吸血鬼那对黑色的羽翼力量极大,托马斯拉着鹧鸪哨仓皇后退时虽泼了圣水抵挡,但尽数被那双羽翼遮挡,只起了一层“滋滋”的白雾,他二人反被重重地摔在了石壁之上。托马斯年岁已大,身体素质更远不如鹧鸪哨,这一摔不但手上盛装圣水的瓶子被摔得四分五裂,更是如同先前那自己把自己砸晕了的巨蟒一般,根本难以动弹。
“咳。”鹧鸪哨感觉胸肺受到剧烈重创,但他意志素来坚定,平日里出入古墓在生死边缘走了数遭,此时看见那洒落一地的圣水,脑海中反而有了主意。先前那吸血鬼用翅膀遮挡圣水表面这圣水就是对他有害的,他一边卸出镜面匣子里的剩余的子弹,一边向花玛拐喊道:“蟒蛇嘴里的金刚伞!”

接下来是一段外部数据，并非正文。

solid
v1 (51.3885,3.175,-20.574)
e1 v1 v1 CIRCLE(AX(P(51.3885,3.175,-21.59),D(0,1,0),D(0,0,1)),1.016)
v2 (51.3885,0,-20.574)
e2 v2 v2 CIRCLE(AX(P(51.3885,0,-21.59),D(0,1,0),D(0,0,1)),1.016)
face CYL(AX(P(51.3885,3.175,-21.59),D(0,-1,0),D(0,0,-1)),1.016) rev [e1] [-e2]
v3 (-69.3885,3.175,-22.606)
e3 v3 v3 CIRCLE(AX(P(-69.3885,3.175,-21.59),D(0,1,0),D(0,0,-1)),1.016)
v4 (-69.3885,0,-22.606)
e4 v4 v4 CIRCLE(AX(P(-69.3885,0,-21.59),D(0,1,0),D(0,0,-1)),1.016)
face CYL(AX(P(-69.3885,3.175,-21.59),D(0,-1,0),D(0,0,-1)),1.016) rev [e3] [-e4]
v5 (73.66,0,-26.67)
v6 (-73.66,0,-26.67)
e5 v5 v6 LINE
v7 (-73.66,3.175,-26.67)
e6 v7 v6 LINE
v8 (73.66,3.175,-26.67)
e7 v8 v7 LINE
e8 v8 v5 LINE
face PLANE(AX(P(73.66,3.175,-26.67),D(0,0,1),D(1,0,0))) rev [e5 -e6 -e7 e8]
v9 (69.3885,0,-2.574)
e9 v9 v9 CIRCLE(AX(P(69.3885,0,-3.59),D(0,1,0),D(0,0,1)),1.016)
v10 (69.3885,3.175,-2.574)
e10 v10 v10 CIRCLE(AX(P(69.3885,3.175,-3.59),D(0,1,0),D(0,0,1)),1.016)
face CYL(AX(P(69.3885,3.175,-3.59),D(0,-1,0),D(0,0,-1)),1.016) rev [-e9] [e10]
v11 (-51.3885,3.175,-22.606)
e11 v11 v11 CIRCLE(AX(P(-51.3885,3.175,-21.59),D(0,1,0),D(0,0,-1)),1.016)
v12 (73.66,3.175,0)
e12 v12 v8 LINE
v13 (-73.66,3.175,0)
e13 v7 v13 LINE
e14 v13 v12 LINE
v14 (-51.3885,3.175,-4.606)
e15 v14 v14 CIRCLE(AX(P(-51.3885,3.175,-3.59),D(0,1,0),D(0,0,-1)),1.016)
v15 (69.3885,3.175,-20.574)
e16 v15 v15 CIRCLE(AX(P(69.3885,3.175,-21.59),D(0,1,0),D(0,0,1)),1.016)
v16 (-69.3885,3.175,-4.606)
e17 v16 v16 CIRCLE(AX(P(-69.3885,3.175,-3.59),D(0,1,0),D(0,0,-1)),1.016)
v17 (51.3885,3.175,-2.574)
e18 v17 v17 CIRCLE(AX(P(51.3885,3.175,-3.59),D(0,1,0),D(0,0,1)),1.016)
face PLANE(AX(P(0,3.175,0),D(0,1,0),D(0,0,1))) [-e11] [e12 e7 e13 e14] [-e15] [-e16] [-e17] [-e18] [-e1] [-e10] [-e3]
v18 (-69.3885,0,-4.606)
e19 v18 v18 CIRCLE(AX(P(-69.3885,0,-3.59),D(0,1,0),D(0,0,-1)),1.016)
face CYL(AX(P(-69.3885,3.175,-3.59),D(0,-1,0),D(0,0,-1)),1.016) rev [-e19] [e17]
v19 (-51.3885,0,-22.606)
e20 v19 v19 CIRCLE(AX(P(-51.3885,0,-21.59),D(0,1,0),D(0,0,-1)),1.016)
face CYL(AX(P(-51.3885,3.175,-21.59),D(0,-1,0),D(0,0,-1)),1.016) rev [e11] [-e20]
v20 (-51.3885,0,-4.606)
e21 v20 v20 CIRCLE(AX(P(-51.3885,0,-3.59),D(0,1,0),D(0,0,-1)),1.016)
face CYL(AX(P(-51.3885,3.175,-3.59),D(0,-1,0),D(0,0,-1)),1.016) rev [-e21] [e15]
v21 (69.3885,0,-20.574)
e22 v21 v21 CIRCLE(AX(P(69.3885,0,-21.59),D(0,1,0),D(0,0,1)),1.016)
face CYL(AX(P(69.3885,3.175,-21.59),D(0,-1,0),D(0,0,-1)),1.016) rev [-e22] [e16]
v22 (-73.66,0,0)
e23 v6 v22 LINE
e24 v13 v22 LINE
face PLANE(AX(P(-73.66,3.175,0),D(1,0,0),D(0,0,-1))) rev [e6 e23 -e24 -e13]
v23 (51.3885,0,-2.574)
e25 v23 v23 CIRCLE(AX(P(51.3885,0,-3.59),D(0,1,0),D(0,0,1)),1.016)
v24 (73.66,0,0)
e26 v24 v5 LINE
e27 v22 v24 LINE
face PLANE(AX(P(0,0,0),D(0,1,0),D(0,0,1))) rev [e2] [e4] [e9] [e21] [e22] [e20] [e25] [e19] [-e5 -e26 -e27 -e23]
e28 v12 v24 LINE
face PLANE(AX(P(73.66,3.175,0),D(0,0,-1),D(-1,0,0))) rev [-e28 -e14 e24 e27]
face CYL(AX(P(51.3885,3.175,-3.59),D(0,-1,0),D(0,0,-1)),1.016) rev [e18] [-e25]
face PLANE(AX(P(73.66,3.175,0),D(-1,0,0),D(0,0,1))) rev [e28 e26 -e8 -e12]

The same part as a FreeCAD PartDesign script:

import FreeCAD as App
import Part
import Sketcher
Q = App.Units.Quantity

doc = App.newDocument("Part")
body = doc.addObject("PartDesign::Body", "Body")

sketch1 = doc.addObject("Sketcher::SketchObject", "Sketch")
body.addObject(sketch1)
sketch1.AttachmentSupport = (doc.XZ_Plane, [""])
sketch1.MapMode = "FlatFace"
sketch1.addGeometry([
    Part.LineSegment(App.Vector(-73.66, -26.67, 0), App.Vector(-73.66, 0, 0)),
    Part.LineSegment(App.Vector(-73.66, 0, 0), App.Vector(73.66, 0, 0)),
    Part.LineSegment(App.Vector(73.66, 0, 0), App.Vector(73.66, -26.67, 0)),
    Part.LineSegment(App.Vector(73.66, -26.67, 0), App.Vector(-73.66, -26.67, 0)),
    Part.Circle(App.Vector(-69.3885, -3.59, 0), App.Vector(0, 0, 1), 1.016),
    Part.Circle(App.Vector(-51.3885, -3.59, 0), App.Vector(0, 0, 1), 1.016),
    Part.Circle(App.Vector(51.3885, -3.59, 0), App.Vector(0, 0, 1), 1.016),
    Part.Circle(App.Vector(69.3885, -3.59, 0), App.Vector(0, 0, 1), 1.016),
    Part.Circle(App.Vector(-69.3885, -21.59, 0), App.Vector(0, 0, 1), 1.016),
    Part.Circle(App.Vector(-51.3885, -21.59, 0), App.Vector(0, 0, 1), 1.016),
    Part.Circle(App.Vector(51.3885, -21.59, 0), App.Vector(0, 0, 1), 1.016),
    Part.Circle(App.Vector(69.3885, -21.59, 0), App.Vector(0, 0, 1), 1.016),
], False)
sketch1.addConstraint([
    Sketcher.Constraint("Coincident", 0, 2, 1, 1),
    Sketcher.Constraint("Coincident", 1, 2, 2, 1),
    Sketcher.Constraint("Coincident", 2, 2, 3, 1),
    Sketcher.Constraint("Coincident", 3, 2, 0, 1),
    Sketcher.Constraint("Vertical", 0),
    Sketcher.Constraint("Horizontal", 1),
    Sketcher.Constraint("Vertical", 2),
    Sketcher.Constraint("Horizontal", 3),
    Sketcher.Constraint("Equal", 4, 5),
    Sketcher.Constraint("Equal", 5, 6),
    Sketcher.Constraint("Equal", 6, 7),
    Sketcher.Constraint("Equal", 7, 8),
    Sketcher.Constraint("Equal", 8, 9),
    Sketcher.Constraint("Equal", 9, 10),
    Sketcher.Constraint("Equal", 10, 11),
    Sketcher.Constraint("Symmetric", 0, 2, 1, 2, -1, 1),
    Sketcher.Constraint("Symmetric", 5, 3, 6, 3, -2),
    Sketcher.Constraint("Symmetric", 4, 3, 7, 3, -2),
    Sketcher.Constraint("Symmetric", 9, 3, 10, 3, -2),
    Sketcher.Constraint("Symmetric", 8, 3, 11, 3, -2),
    Sketcher.Constraint("Horizontal", 4, 3, 5, 3),
    Sketcher.Constraint("Horizontal", 8, 3, 9, 3),
    Sketcher.Constraint("Vertical", 4, 3, 8, 3),
    Sketcher.Constraint("Vertical", 5, 3, 9, 3),
    Sketcher.Constraint("Diameter", 4, Q("0.08 in")),
    Sketcher.Constraint("DistanceX", 1, 1, 1, 2, Q("5.8 in")),
    Sketcher.Constraint("DistanceY", 0, 1, 0, 2, Q("1.05 in")),
    Sketcher.Constraint("DistanceY", 2, 2, 11, 3, Q("0.2 in")),
    Sketcher.Constraint("DistanceX", 4, 3, 6, 3, Q("4.755 in")),
    Sketcher.Constraint("DistanceX", 4, 3, -1, 1, 69.3885),
    Sketcher.Constraint("DistanceY", 4, 3, -1, 1, 3.59),
])
pad1 = doc.addObject("PartDesign::Pad", "Pad")
body.addObject(pad1)
pad1.Profile = sketch1
pad1.Length = Q("0.125 in")
pad1.Reversed = True

doc.recompute()
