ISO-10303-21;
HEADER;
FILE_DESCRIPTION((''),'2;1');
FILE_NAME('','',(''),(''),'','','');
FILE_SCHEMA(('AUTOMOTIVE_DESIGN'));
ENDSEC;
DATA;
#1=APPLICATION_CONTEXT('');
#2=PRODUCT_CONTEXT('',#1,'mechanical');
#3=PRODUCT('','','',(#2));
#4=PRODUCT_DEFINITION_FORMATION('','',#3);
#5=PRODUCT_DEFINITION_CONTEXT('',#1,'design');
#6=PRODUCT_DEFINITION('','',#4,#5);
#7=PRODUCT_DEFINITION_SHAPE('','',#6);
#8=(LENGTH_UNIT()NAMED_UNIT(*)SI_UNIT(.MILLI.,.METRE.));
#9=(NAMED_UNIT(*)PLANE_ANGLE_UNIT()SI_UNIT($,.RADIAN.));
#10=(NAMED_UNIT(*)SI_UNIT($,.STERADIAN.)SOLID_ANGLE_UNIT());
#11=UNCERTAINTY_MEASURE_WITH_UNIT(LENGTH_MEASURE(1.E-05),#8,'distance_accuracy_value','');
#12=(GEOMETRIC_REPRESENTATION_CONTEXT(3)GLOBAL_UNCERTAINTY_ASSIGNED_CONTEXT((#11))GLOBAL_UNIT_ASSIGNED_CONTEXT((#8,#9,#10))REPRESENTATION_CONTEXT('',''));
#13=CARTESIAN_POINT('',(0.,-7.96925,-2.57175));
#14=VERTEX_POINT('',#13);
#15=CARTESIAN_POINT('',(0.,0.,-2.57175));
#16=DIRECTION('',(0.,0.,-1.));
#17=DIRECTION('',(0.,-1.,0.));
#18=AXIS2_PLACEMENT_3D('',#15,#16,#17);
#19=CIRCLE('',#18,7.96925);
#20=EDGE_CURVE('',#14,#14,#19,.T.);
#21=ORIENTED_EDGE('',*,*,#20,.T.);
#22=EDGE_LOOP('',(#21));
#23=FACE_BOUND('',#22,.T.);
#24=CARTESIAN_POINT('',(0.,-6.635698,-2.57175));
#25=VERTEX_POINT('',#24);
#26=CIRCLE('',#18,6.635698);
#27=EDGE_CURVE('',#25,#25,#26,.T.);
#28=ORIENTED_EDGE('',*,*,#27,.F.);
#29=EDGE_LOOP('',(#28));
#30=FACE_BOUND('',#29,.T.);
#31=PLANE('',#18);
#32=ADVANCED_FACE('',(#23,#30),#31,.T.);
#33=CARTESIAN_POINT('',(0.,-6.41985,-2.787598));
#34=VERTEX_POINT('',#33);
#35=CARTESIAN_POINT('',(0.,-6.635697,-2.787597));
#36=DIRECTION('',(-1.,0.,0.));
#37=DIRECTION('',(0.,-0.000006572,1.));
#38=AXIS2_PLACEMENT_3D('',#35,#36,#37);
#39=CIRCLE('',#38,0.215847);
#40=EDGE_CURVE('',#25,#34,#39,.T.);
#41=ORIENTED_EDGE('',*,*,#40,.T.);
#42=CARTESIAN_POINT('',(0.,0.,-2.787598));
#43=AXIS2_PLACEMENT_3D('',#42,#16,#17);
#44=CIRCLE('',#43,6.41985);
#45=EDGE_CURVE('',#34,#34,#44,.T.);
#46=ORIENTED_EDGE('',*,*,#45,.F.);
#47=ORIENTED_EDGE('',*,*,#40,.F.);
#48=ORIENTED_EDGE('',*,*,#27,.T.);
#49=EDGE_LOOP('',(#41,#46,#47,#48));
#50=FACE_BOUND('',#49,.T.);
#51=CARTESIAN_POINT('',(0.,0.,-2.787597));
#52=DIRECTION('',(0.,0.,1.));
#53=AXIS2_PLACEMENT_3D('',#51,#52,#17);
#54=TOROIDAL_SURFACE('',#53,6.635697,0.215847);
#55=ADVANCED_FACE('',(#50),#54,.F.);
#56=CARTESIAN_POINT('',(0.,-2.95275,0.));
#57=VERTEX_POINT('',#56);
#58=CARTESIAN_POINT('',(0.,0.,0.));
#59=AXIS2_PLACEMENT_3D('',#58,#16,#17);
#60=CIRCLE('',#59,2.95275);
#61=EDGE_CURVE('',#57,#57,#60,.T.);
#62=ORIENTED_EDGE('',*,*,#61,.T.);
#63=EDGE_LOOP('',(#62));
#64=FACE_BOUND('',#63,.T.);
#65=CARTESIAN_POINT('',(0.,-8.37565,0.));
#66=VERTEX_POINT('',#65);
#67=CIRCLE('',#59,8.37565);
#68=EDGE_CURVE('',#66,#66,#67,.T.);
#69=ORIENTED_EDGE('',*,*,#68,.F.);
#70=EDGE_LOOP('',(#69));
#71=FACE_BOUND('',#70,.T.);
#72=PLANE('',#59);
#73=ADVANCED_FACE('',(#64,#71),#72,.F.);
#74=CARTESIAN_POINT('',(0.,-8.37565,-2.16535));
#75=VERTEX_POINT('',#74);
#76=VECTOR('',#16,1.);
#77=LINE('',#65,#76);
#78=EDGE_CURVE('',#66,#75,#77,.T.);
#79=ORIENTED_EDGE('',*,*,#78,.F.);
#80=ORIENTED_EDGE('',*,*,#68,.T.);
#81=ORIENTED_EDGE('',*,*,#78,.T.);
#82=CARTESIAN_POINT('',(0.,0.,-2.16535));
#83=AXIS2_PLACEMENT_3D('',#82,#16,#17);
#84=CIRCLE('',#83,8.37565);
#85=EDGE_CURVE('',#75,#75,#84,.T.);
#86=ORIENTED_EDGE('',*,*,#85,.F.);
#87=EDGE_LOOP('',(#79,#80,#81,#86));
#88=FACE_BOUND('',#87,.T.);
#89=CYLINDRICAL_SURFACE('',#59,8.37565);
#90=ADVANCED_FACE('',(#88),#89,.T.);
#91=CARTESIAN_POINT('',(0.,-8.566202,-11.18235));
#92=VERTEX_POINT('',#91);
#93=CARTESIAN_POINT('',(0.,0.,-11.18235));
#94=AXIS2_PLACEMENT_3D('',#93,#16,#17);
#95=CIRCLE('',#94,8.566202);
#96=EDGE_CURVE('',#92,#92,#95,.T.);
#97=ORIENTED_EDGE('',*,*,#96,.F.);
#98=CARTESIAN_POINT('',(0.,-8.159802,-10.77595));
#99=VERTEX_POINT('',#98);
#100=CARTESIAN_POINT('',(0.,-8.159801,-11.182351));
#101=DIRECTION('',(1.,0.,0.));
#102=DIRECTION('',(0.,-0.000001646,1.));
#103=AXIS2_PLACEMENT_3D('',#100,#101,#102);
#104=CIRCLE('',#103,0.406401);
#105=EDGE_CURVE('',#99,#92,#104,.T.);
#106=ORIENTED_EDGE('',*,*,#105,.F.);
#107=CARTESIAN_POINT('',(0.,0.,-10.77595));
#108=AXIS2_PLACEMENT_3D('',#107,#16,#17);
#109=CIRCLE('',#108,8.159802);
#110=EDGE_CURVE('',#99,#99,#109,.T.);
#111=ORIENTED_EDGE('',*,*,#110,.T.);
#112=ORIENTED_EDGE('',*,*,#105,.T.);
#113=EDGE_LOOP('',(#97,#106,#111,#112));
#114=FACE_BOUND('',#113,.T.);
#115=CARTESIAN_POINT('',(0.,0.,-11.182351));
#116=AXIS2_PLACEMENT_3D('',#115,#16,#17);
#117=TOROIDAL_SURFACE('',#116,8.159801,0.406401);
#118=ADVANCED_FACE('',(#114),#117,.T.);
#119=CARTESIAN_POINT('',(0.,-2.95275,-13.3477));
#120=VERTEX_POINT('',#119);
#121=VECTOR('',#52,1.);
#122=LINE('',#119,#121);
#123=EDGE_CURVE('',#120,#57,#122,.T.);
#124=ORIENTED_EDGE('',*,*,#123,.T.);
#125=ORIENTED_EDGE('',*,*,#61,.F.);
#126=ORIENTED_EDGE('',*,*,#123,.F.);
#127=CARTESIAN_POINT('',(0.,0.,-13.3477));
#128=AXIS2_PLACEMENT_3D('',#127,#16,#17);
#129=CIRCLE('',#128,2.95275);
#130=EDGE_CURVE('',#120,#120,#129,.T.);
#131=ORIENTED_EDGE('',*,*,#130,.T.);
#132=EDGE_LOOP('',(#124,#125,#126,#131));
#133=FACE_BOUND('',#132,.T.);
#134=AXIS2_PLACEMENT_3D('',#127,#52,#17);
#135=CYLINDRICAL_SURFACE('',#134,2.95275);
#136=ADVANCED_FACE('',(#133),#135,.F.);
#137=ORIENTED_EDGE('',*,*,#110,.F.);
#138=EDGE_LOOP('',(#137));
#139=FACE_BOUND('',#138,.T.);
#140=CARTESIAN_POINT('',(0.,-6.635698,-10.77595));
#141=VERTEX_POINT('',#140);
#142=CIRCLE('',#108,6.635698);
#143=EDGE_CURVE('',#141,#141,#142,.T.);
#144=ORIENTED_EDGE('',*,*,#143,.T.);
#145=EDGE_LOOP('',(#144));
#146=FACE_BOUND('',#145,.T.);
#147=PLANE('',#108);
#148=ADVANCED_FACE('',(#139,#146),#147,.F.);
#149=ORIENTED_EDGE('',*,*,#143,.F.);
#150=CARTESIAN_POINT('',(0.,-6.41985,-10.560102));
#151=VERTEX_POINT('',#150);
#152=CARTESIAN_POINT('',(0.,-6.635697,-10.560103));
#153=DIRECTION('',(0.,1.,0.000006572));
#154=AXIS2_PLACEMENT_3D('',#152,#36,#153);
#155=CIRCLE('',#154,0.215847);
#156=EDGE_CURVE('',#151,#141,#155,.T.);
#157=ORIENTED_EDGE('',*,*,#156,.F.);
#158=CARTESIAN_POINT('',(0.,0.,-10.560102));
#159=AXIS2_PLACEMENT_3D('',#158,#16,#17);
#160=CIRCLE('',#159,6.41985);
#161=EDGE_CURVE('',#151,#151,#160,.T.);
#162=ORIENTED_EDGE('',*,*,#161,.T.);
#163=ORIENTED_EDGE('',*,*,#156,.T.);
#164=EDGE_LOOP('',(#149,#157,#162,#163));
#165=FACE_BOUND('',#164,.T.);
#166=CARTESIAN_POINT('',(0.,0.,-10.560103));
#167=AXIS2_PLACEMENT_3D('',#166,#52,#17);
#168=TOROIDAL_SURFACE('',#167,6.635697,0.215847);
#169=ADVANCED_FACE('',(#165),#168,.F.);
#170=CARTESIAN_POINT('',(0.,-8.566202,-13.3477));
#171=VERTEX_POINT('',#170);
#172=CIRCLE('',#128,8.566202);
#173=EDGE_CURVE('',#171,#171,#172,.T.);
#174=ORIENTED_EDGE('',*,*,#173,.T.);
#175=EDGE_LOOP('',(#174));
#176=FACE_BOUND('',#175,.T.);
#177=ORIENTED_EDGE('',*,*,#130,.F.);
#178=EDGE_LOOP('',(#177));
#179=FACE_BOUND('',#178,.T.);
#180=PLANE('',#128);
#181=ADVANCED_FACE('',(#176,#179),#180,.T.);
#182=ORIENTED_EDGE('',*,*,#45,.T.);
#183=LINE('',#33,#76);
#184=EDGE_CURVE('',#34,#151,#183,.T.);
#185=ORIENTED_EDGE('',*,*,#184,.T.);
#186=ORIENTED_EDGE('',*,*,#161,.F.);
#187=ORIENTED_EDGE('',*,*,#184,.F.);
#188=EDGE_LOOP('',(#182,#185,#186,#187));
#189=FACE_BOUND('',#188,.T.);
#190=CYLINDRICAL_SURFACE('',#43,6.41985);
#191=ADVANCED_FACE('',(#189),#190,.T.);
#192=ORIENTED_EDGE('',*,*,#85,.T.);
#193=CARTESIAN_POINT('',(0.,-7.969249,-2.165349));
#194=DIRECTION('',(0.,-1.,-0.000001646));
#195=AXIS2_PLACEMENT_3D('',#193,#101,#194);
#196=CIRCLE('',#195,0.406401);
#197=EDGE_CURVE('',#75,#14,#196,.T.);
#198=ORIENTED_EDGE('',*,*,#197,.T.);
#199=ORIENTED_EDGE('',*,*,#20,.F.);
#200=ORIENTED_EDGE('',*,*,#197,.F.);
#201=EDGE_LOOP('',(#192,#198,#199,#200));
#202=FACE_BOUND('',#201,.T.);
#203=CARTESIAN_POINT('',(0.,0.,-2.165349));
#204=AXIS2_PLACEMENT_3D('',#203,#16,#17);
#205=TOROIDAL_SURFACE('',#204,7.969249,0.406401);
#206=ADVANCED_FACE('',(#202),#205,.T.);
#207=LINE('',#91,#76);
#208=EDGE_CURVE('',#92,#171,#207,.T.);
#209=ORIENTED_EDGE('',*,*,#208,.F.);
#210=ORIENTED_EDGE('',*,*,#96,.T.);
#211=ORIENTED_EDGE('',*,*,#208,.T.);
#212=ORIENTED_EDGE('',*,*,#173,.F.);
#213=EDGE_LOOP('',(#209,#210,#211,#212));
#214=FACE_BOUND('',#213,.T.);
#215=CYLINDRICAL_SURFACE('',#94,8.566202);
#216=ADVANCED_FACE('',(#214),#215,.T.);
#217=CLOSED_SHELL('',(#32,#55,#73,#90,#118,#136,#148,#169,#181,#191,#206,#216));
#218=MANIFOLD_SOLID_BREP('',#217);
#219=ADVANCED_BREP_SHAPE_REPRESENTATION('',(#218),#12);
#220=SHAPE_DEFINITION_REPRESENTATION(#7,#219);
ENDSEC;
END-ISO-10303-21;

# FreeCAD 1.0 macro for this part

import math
import FreeCAD as App
import Part
import Sketcher

V = App.Vector
Q = App.Units.Quantity

doc = App.newDocument("Part")
params = doc.addObject("Spreadsheet::Sheet", "Params")
for row, (alias, value) in enumerate([
    ("sketch1_radius", "0.016 in"),
    ("revolution_angle", "360 deg"),
], start=1):
    params.set(f"A{row}", alias)
    params.set(f"B{row}", "=" + value)
    params.setAlias(f"B{row}", alias)

body = doc.addObject("PartDesign::Body", "Body")

sketch1 = body.newObject("Sketcher::SketchObject", "Sketch")
sketch1.AttachmentSupport = (doc.getObject("YZ_Plane"), [""])
sketch1.MapMode = "FlatFace"
sketch1.addGeometry(Part.LineSegment(V(-2.95, 0, 0), V(-8.38, 0, 0)), False)
sketch1.addGeometry(Part.LineSegment(V(-8.38, 0, 0), V(-8.38, -2.17, 0)), False)
sketch1.addGeometry(Part.ArcOfCircle(Part.Circle(V(-7.97, -2.17, 0), V(0, 0, 1), 0.41), math.radians(-180), math.radians(-90)), False)
sketch1.addGeometry(Part.LineSegment(V(-7.97, -2.57, 0), V(-6.64, -2.57, 0)), False)
sketch1.addGeometry(Part.ArcOfCircle(Part.Circle(V(-6.64, -2.79, 0), V(0, 0, 1), 0.22), math.radians(0), math.radians(90)), False)
sketch1.addGeometry(Part.LineSegment(V(-6.42, -2.79, 0), V(-6.42, -10.56, 0)), False)
sketch1.addGeometry(Part.ArcOfCircle(Part.Circle(V(-6.64, -10.56, 0), V(0, 0, 1), 0.22), math.radians(-90), math.radians(0)), False)
sketch1.addGeometry(Part.LineSegment(V(-6.64, -10.78, 0), V(-8.16, -10.78, 0)), False)
sketch1.addGeometry(Part.ArcOfCircle(Part.Circle(V(-8.16, -11.18, 0), V(0, 0, 1), 0.41), math.radians(90), math.radians(180)), False)
sketch1.addGeometry(Part.LineSegment(V(-8.57, -11.18, 0), V(-8.57, -13.35, 0)), False)
sketch1.addGeometry(Part.LineSegment(V(-8.57, -13.35, 0), V(-2.95, -13.35, 0)), False)
sketch1.addGeometry(Part.LineSegment(V(-2.95, -13.35, 0), V(-2.95, 0, 0)), False)
sketch1.addConstraint(Sketcher.Constraint("Coincident", 0, 2, 1, 1))
sketch1.addConstraint(Sketcher.Constraint("Tangent", 1, 2, 2, 1))
sketch1.addConstraint(Sketcher.Constraint("Tangent", 2, 2, 3, 1))
sketch1.addConstraint(Sketcher.Constraint("Coincident", 3, 2, 4, 2))
sketch1.addConstraint(Sketcher.Constraint("Coincident", 4, 1, 5, 1))
sketch1.addConstraint(Sketcher.Constraint("Coincident", 5, 2, 6, 2))
sketch1.addConstraint(Sketcher.Constraint("Coincident", 6, 1, 7, 1))
sketch1.addConstraint(Sketcher.Constraint("Tangent", 7, 2, 8, 1))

花玛拐也激灵,看着现在就他一人还站着,那吸血鬼朝他扑来,立刻一个闪身转到蟒蛇嘴边,便要去取嵌入蟒嘴里的金刚伞,只是那金刚伞嵌得颇深,无法立刻取出,吸血鬼已悄无声息来到他身旁,抓着他的手臂一拧,便听“咔咔”之声响动,花玛拐的手臂顿时以一种不可思的弧度扭转,血肉筋脉尽数崩断,破碎的衣衫之间隐约可见断裂的骨头。
“啊!”花玛拐哀嚎一声倒在了地上,鹧鸪哨抬眼一看,暗道不妙,他此时已经将手中子弹蘸了圣水,但装入匣子里仍需时间,只怕救花玛拐不得了。
吸血鬼红唇大张,森白的獠牙对着花玛拐的脖子咬去,托马斯神父此时转醒过来,勉强睁开眼睛,抓起身边的拐杖,看向鹧鸪哨点了点头,嘴中再次吟唱起了咒语。
“啊。”这次论到吸血鬼发出惨叫,他松开了颈间鲜血直流的花玛拐,抱着头蹲在了地上,就在托马斯神父信心满满,要起身继续对那吸血鬼施咒时吸血鬼忽然大笑着站了起来,讥笑地指着托马斯道:“哈哈哈……你这胡虏,莫非觉得对付你国家的鬼魅于我有效?满口叽里呱啦,我听都听不懂!正好,反正我也没喝过道士的血,你这胡虏便算一个。”说着,伸手抹去唇边的鲜血,便将托马斯提了起来。
鹧鸪哨已在此时将子弹重新装入了镜面匣子中,在吸血鬼咬上托马斯的脖子之前,他手中的枪再度开动,剩余的三颗子弹对着他的后脑、心脏打出。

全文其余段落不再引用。